Feature Representation Methods in ChemML
To build a machine learning model, raw chemical data is first converted into a numerical representation. The representation contains spatial or topological information that defines a molecule.
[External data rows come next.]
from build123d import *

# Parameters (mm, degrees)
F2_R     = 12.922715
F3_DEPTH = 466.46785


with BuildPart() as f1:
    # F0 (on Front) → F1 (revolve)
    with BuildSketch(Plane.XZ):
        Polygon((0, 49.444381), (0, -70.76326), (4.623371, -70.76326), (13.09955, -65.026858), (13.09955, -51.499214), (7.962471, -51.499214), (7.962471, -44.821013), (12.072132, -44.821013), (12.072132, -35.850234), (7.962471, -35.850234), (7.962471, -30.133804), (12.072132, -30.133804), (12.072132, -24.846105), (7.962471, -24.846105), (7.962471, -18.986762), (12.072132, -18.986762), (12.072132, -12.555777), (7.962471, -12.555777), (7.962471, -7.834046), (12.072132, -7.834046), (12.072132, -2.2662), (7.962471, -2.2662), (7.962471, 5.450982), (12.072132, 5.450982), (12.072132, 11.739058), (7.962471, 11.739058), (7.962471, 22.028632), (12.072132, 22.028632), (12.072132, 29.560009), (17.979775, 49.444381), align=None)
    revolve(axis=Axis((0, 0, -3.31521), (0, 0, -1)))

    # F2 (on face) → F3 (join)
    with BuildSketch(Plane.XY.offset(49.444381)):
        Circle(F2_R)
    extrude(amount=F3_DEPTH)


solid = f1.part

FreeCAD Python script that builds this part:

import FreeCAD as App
import Part
import Sketcher
from FreeCAD import Vector

doc = App.newDocument("Part")
params = doc.addObject("Spreadsheet::Sheet", "Params")
for row, (alias, value) in enumerate([
    ("revolution_angle", "360 deg"),
    ("pad1_length", "466.46785 mm"),
], start=1):
    params.set(f"A{row}", alias)
    params.set(f"B{row}", "=" + value)
    params.setAlias(f"B{row}", alias)

body = doc.addObject("PartDesign::Body", "Body")

sketch1 = doc.addObject("Sketcher::SketchObject", "Sketch")
body.addObject(sketch1)
sketch1.AttachmentSupport = (doc.XZ_Plane, [""])
sketch1.MapMode = "FlatFace"
sketch1.addGeometry([
    Part.LineSegment(Vector(0, 49.4, 0), Vector(0, -70.8, 0)),
    Part.LineSegment(Vector(0, -70.8, 0), Vector(4.6, -70.8, 0)),
    Part.LineSegment(Vector(4.6, -70.8, 0), Vector(13.1, -65, 0)),
    Part.LineSegment(Vector(13.1, -65, 0), Vector(13.1, -51.5, 0)),
    Part.LineSegment(Vector(13.1, -51.5, 0), Vector(8, -51.5, 0)),
    Part.LineSegment(Vector(8, -51.5, 0), Vector(8, -44.8, 0)),
    Part.LineSegment(Vector(8, -44.8, 0), Vector(12.1, -44.8, 0)),
    Part.LineSegment(Vector(12.1, -44.8, 0), Vector(12.1, -35.9, 0)),
    Part.LineSegment(Vector(12.1, -35.9, 0), Vector(8, -35.9, 0)),
    Part.LineSegment(Vector(8, -35.9, 0), Vector(8, -30.1, 0)),
    Part.LineSegment(Vector(8, -30.1, 0), Vector(12.1, -30.1, 0)),
    Part.LineSegment(Vector(12.1, -30.1, 0), Vector(12.1, -24.8, 0)),
    Part.LineSegment(Vector(12.1, -24.8, 0), Vector(8, -24.8, 0)),
    Part.LineSegment(Vector(8, -24.8, 0), Vector(8, -19, 0)),
    Part.LineSegment(Vector(8, -19, 0), Vector(12.1, -19, 0)),
    Part.LineSegment(Vector(12.1, -19, 0), Vector(12.1, -12.6, 0)),
    Part.LineSegment(Vector(12.1, -12.6, 0), Vector(8, -12.6, 0)),
    Part.LineSegment(Vector(8, -12.6, 0), Vector(8, -7.8, 0)),
    Part.LineSegment(Vector(8, -7.8, 0), Vector(12.1, -7.8, 0)),
    Part.LineSegment(Vector(12.1, -7.8, 0), Vector(12.1, -2.3, 0)),
    Part.LineSegment(Vector(12.1, -2.3, 0), Vector(8, -2.3, 0)),
    Part.LineSegment(Vector(8, -2.3, 0), Vector(8, 5.5, 0)),
    Part.LineSegment(Vector(8, 5.5, 0), Vector(12.1, 5.5, 0)),
    Part.LineSegment(Vector(12.1, 5.5, 0), Vector(12.1, 11.7, 0)),
    Part.LineSegment(Vector(12.1, 11.7, 0), Vector(8, 11.7, 0)),
    Part.LineSegment(Vector(8, 11.7, 0), Vector(8, 22, 0)),
    Part.LineSegment(Vector(8, 22, 0), Vector(12.1, 22, 0)),
    Part.LineSegment(Vector(12.1, 22, 0), Vector(12.1, 29.6, 0)),
    Part.LineSegment(Vector(12.1, 29.6, 0), Vector(18, 49.4, 0)),
    Part.LineSegment(Vector(18, 49.4, 0), Vector(0, 49.4, 0)),
], False)
sketch1.addConstraint([
    Sketcher.Constraint("Coincident", 0, 2, 1, 1),
    Sketcher.Constraint("Coincident", 1, 2, 2, 1),
    Sketcher.Constraint("Coincident", 2, 2, 3, 1),
    Sketcher.Constraint("Coincident", 3, 2, 4, 1),
    Sketcher.Constraint("Coincident", 4, 2, 5, 1),
    Sketcher.Constraint("Coincident", 5, 2, 6, 1),
    Sketcher.Constraint("Coincident", 6, 2, 7, 1),
    Sketcher.Constraint("Coincident", 7, 2, 8, 1),
    Sketcher.Constraint("Coincident", 8, 2, 9, 1),
    Sketcher.Constraint("Coincident", 9, 2, 10, 1),
    Sketcher.Constraint("Coincident", 10, 2, 11, 1),
    Sketcher.Constraint("Coincident", 11, 2, 12, 1),
    Sketcher.Constraint("Coincident", 12, 2, 13, 1),
    Sketcher.Constraint("Coincident", 13, 2, 14, 1),
    Sketcher.Constraint("Coincident", 14, 2, 15, 1),
    Sketcher.Constraint("Coincident", 15, 2, 16, 1),
    Sketcher.Constraint("Coincident", 16, 2, 17, 1),
    Sketcher.Constraint("Coincident", 17, 2, 18, 1),
    Sketcher.Constraint("Coincident", 18, 2, 19, 1),
    Sketcher.Constraint("Coincident", 19, 2, 20, 1),
    Sketcher.Constraint("Coincident", 20, 2, 21, 1),
    Sketcher.Constraint("Coincident", 21, 2, 22, 1),
    Sketcher.Constraint("Coincident", 22, 2, 23, 1),
    Sketcher.Constraint("Coincident", 23, 2, 24, 1),
    Sketcher.Constraint("Coincident", 24, 2, 25, 1),
    Sketcher.Constraint("Coincident", 25, 2, 26, 1),
    Sketcher.Constraint("Coincident", 26, 2, 27, 1),
    Sketcher.Constraint("Coincident", 27, 2, 28, 1),
    Sketcher.Constraint("Coincident", 28, 2, 29, 1),
    Sketcher.Constraint("Coincident", 29, 2, 0, 1),
    Sketcher.Constraint("Vertical", 0),
    Sketcher.Constraint("Horizontal", 1),
    Sketcher.Constraint("Vertical", 3),
    Sketcher.Constraint("Horizontal", 4),
    Sketcher.Constraint("Vertical", 5),
    Sketcher.Constraint("Horizontal", 6),
    Sketcher.Constraint("Vertical", 7),
    Sketcher.Constraint("Horizontal", 8),
    Sketcher.Constraint("Vertical", 9),
    Sketcher.Constraint("Horizontal", 10),
    Sketcher.Constraint("Vertical", 11),
    Sketcher.Constraint("Horizontal", 12),
    Sketcher.Constraint("Vertical", 13),
    Sketcher.Constraint("Horizontal", 14),
    Sketcher.Constraint("Vertical", 15),
    Sketcher.Constraint("Horizontal", 16),
    Sketcher.Constraint("Vertical", 17),
    Sketcher.Constraint("Horizontal", 18),
    Sketcher.Constraint("Vertical", 19),
    Sketcher.Constraint("Horizontal", 20),
    Sketcher.Constraint("Vertical", 21),
    Sketcher.Constraint("Horizontal", 22),
    Sketcher.Constraint("Vertical", 23),
    Sketcher.Constraint("Horizontal", 24),
    Sketcher.Constraint("Vertical", 25),
    Sketcher.Constraint("Horizontal", 26),
    Sketcher.Constraint("Vertical", 27),
    Sketcher.Constraint("Horizontal", 29),
    Sketcher.Constraint("PointOnObject", 0, 2, -2),
    Sketcher.Constraint("Vertical", 5, 2, 8, 2),
    Sketcher.Constraint("Vertical", 7, 2, 10, 2),
    Sketcher.Constraint("Vertical", 9, 2, 12, 2),
    Sketcher.Constraint("Vertical", 11, 2, 14, 2),
    Sketcher.Constraint("Vertical", 13, 2, 16, 2),
    Sketcher.Constraint("Vertical", 15, 2, 18, 2),
    Sketcher.Constraint("Vertical", 17, 2, 20, 2),
    Sketcher.Constraint("Vertical", 19, 2, 22, 2),
    Sketcher.Constraint("Vertical", 21, 2, 24, 2),
    Sketcher.Constraint("Vertical", 23, 2, 26, 2),
    Sketcher.Constraint("DistanceY", 5, 1, 5, 2, 6.678201),
    Sketcher.Constraint("DistanceY", 11, 1, 11, 2, 5.287699),
    Sketcher.Constraint("DistanceX", 1, 1, 1, 2, 4.623371),
    Sketcher.Constraint("DistanceX", 4, 2, 4, 1, 5.137079),
    Sketcher.Constraint("DistanceX", 6, 1, 6, 2, 4.109661),
    Sketcher.Constraint("DistanceY", 0, 2, 0, 1, 120.207641),
    Sketcher.Constraint("DistanceY", 7, 1, 7, 2, 8.970779),
    Sketcher.Constraint("DistanceY", 9, 1, 9, 2, 5.71643),
    Sketcher.Constraint("DistanceY", 17, 1, 17, 2, 4.721731),
    Sketcher.Constraint("DistanceY", 21, 1, 21, 2, 7.717182),
    Sketcher.Constraint("DistanceY", 19, 2, -1, 1, 2.2662),
    Sketcher.Constraint("DistanceY", 1, 2, 2, 2, 5.736402),
    Sketcher.Constraint("DistanceX", 1, 2, 4, 2, 3.3391),
    Sketcher.Constraint("DistanceX", 29, 2, 29, 1, 17.979775),
    Sketcher.Constraint("DistanceY", 3, 1, 3, 2, 13.527644),
    Sketcher.Constraint("DistanceY", 13, 1, 13, 2, 5.859343),
    Sketcher.Constraint("DistanceY", 15, 1, 15, 2, 6.430985),
    Sketcher.Constraint("DistanceY", 19, 1, 19, 2, 5.567846),
    Sketcher.Constraint("DistanceY", 23, 1, 23, 2, 6.288076),
    Sketcher.Constraint("DistanceY", 25, 1, 25, 2, 10.289574),
    Sketcher.Constraint("DistanceY", 27, 1, 27, 2, 7.531377),
])
revolution = doc.addObject("PartDesign::Revolution", "Revolution")
body.addObject(revolution)
revolution.Profile = sketch1
revolution.ReferenceAxis = (sketch1, ["V_Axis"])
revolution.setExpression("Angle", "Params.revolution_angle")

sketch2 = doc.addObject("Sketcher::SketchObject", "Sketch001")
body.addObject(sketch2)
sketch2.AttachmentSupport = (doc.XY_Plane, [""])
sketch2.MapMode = "FlatFace"
sketch2.AttachmentOffset = App.Placement(Vector(0, 0, 49.444381), App.Rotation())
sketch2.addGeometry(Part.Circle(Vector(0, 0, 0), Vector(0, 0, 1), 13), False)
sketch2.addConstraint([
    Sketcher.Constraint("Coincident", 0, 3, -1, 1),
    Sketcher.Constraint("Diameter", 0, 25.84543),
])
pad1 = doc.addObject("PartDesign::Pad", "Pad")
body.addObject(pad1)
pad1.Profile = sketch2
pad1.setExpression("Length", "Params.pad1_length")

doc.recompute()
The resulting features may either be in continuous (molecular descriptors) or discrete (molecular fingerprints) form.
[1]:
from chemml.chem import Molecule
from chemml.datasets import load_organic_density
import numpy as np
import warnings
warnings.filterwarnings('ignore')
Creating chemml.chem.Molecule
object from molecule SMILES
All feature representation methods available in ChemML require chemml.chem.Molecule
as inputs
[2]:
# Importing an existing dataset from ChemML
molecules, target, dragon_subset = load_organic_density()
mol_objs_list = []
for smi in molecules['smiles']:
mol = Molecule(smi, 'smiles')
mol.hydrogens('add')
mol.to_xyz('MMFF', maxIters=10000, mmffVariant='MMFF94s')
mol_objs_list.append(mol)
Coulomb Matrix
Simple molecular descriptor which mimics the electro-static interaction between nuclei.
[3]:
from chemml.chem import CoulombMatrix
#The coulomb matrix type can be sorted (SC), unsorted(UM), unsorted triangular(UT), eigen spectrum(E), or random (RC)
CM = CoulombMatrix(cm_type='SC',n_jobs=-1)
features = CM.represent(mol_objs_list)
print(features[:5])
featurizing molecules in batches of 62 ...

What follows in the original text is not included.